Saved data entries
>>>>>

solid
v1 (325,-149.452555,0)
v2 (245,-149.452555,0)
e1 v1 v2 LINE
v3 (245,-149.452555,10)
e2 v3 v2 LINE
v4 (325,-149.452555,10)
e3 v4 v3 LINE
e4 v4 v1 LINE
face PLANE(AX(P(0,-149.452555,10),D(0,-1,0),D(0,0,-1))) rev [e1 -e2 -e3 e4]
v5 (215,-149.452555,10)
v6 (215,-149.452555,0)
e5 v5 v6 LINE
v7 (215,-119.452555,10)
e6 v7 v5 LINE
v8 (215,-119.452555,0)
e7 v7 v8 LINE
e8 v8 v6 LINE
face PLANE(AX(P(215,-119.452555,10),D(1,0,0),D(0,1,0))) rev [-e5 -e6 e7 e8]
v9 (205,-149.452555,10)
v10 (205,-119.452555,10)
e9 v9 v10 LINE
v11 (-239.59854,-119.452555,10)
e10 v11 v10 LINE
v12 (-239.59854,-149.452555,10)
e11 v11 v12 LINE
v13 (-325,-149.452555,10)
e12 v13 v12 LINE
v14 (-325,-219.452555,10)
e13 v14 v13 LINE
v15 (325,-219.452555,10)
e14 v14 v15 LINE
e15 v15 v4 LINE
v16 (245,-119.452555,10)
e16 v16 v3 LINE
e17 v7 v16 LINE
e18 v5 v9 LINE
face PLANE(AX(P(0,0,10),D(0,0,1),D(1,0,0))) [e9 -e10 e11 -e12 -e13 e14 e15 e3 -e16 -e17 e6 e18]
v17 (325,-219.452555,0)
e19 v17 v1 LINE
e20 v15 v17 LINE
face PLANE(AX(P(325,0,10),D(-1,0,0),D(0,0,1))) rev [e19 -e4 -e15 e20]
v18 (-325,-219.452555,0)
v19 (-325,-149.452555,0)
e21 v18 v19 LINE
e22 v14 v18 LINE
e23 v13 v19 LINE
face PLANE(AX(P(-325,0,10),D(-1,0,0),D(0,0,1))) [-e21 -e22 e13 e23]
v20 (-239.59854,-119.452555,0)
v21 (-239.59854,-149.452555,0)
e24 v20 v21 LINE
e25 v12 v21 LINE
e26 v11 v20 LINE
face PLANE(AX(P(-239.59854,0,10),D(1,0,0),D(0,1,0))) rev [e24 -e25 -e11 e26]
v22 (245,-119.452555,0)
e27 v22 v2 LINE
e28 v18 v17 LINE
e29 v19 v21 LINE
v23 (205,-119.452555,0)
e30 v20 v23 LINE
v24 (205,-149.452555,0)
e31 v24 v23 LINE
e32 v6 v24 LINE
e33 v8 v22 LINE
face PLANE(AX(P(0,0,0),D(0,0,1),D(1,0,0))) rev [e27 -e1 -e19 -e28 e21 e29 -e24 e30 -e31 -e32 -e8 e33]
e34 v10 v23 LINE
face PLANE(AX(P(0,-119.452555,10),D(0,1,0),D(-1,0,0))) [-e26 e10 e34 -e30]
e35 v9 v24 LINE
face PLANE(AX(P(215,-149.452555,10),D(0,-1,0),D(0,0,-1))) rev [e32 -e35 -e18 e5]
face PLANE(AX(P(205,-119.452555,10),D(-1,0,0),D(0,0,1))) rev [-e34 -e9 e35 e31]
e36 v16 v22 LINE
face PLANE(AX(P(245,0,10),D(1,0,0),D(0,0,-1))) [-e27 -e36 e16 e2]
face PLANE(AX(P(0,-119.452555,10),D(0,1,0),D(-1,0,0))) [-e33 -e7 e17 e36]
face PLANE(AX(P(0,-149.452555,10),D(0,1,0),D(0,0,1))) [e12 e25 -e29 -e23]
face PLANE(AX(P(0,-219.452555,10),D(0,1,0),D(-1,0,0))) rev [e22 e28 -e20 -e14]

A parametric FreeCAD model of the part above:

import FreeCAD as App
import Part
import Sketcher
from FreeCAD import Vector


def add_polygon(sketch, points):
    """Adds a closed chain of lines whose ends are joined by coincident constraints."""
    first, n = sketch.GeometryCount, len(points)
    for a, b in zip(points, points[1:] + points[:1]):
        sketch.addGeometry(Part.LineSegment(App.Vector(*a, 0), App.Vector(*b, 0)), False)
    for i in range(n):
        sketch.addConstraint(Sketcher.Constraint("Coincident", first + i, 2, first + (i + 1) % n, 1))

doc = App.newDocument("Part")
body = doc.addObject("PartDesign::Body", "Body")

# Sketch on XY plane
sketch1 = body.newObject("Sketcher::SketchObject", "Sketch")
sketch1.AttachmentSupport = (doc.getObject("XY_Plane"), [""])
sketch1.MapMode = "FlatFace"
add_polygon(sketch1, [(-325, -149), (-325, -219), (325, -219), (325, -149), (245, -149), (245, -119), (-240, -119), (-240, -149)])  # lines 0-7
sketch1.addConstraint(Sketcher.Constraint("Vertical", 0))
sketch1.addConstraint(Sketcher.Constraint("Horizontal", 1))
sketch1.addConstraint(Sketcher.Constraint("Vertical", 2))
sketch1.addConstraint(Sketcher.Constraint("Horizontal", 3))
sketch1.addConstraint(Sketcher.Constraint("Vertical", 4))
sketch1.addConstraint(Sketcher.Constraint("Horizontal", 5))
sketch1.addConstraint(Sketcher.Constraint("Vertical", 6))
sketch1.addConstraint(Sketcher.Constraint("Horizontal", 7))
sketch1.addConstraint(Sketcher.Constraint("Symmetric", 2, 2, 7, 2, -2))
sketch1.addConstraint(Sketcher.Constraint("DistanceX", 1, 1, 1, 2, 650.0))
sketch1.addConstraint(Sketcher.Constraint("DistanceX", 3, 2, 3, 1, 80.0))
sketch1.addConstraint(Sketcher.Constraint("DistanceY", 0, 2, 0, 1, 70.0))
sketch1.addConstraint(Sketcher.Constraint("DistanceY", 4, 1, 4, 2, 30.0))
sketch1.addConstraint(Sketcher.Constraint("DistanceX", 5, 2, 5, 1, 484.59854))
sketch1.addConstraint(Sketcher.Constraint("DistanceY", 0, 2, -1, 1, 219.452555))
pad1 = body.newObject("PartDesign::Pad", "Pad")
pad1.Profile = sketch1
pad1.Length = 10

# Sketch on XY plane
sketch2 = body.newObject("Sketcher::SketchObject", "Sketch001")
sketch2.AttachmentSupport = (doc.getObject("XY_Plane"), [""])
sketch2.MapMode = "FlatFace"
add_polygon(sketch2, [(215, -119), (215, -149), (205, -149), (205, -119)])  # lines 0-3
sketch2.addConstraint(Sketcher.Constraint("Vertical", 0))
sketch2.addConstraint(Sketcher.Constraint("Horizontal", 1))
sketch2.addConstraint(Sketcher.Constraint("Vertical", 2))
sketch2.addConstraint(Sketcher.Constraint("Horizontal", 3))
sketch2.addConstraint(Sketcher.Constraint("DistanceX", 1, 2, 1, 1, 10.0))
sketch2.addConstraint(Sketcher.Constraint("DistanceY", 0, 2, 0, 1, 30.0))
sketch2.addConstraint(Sketcher.Constraint("DistanceX", -1, 1, 0, 2, 215.0))
sketch2.addConstraint(Sketcher.Constraint("DistanceY", 0, 2, -1, 1, 149.452555))
pocket1 = body.newObject("PartDesign::Pocket", "Pocket")
pocket1.Profile = sketch2
pocket1.Type = "ThroughAll"
pocket1.Reversed = True

doc.recompute()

<<<<<

_INSTRUCTIONS TO FOLLOW:_
Set down only the lines above that fall between the line holding "e19 v17 v1 LINE" and the line holding "e26 v11 v20 LINE", inclusive, keeping each exact.

_SOLUTION FOR THIS EXERCISE:_
e19 v17 v1 LINE
e20 v15 v17 LINE
face PLANE(AX(P(325,0,10),D(-1,0,0),D(0,0,1))) rev [e19 -e4 -e15 e20]
v18 (-325,-219.452555,0)
v19 (-325,-149.452555,0)
e21 v18 v19 LINE
e22 v14 v18 LINE
e23 v13 v19 LINE
face PLANE(AX(P(-325,0,10),D(-1,0,0),D(0,0,1))) [-e21 -e22 e13 e23]
v20 (-239.59854,-119.452555,0)
v21 (-239.59854,-149.452555,0)
e24 v20 v21 LINE
e25 v12 v21 LINE
e26 v11 v20 LINE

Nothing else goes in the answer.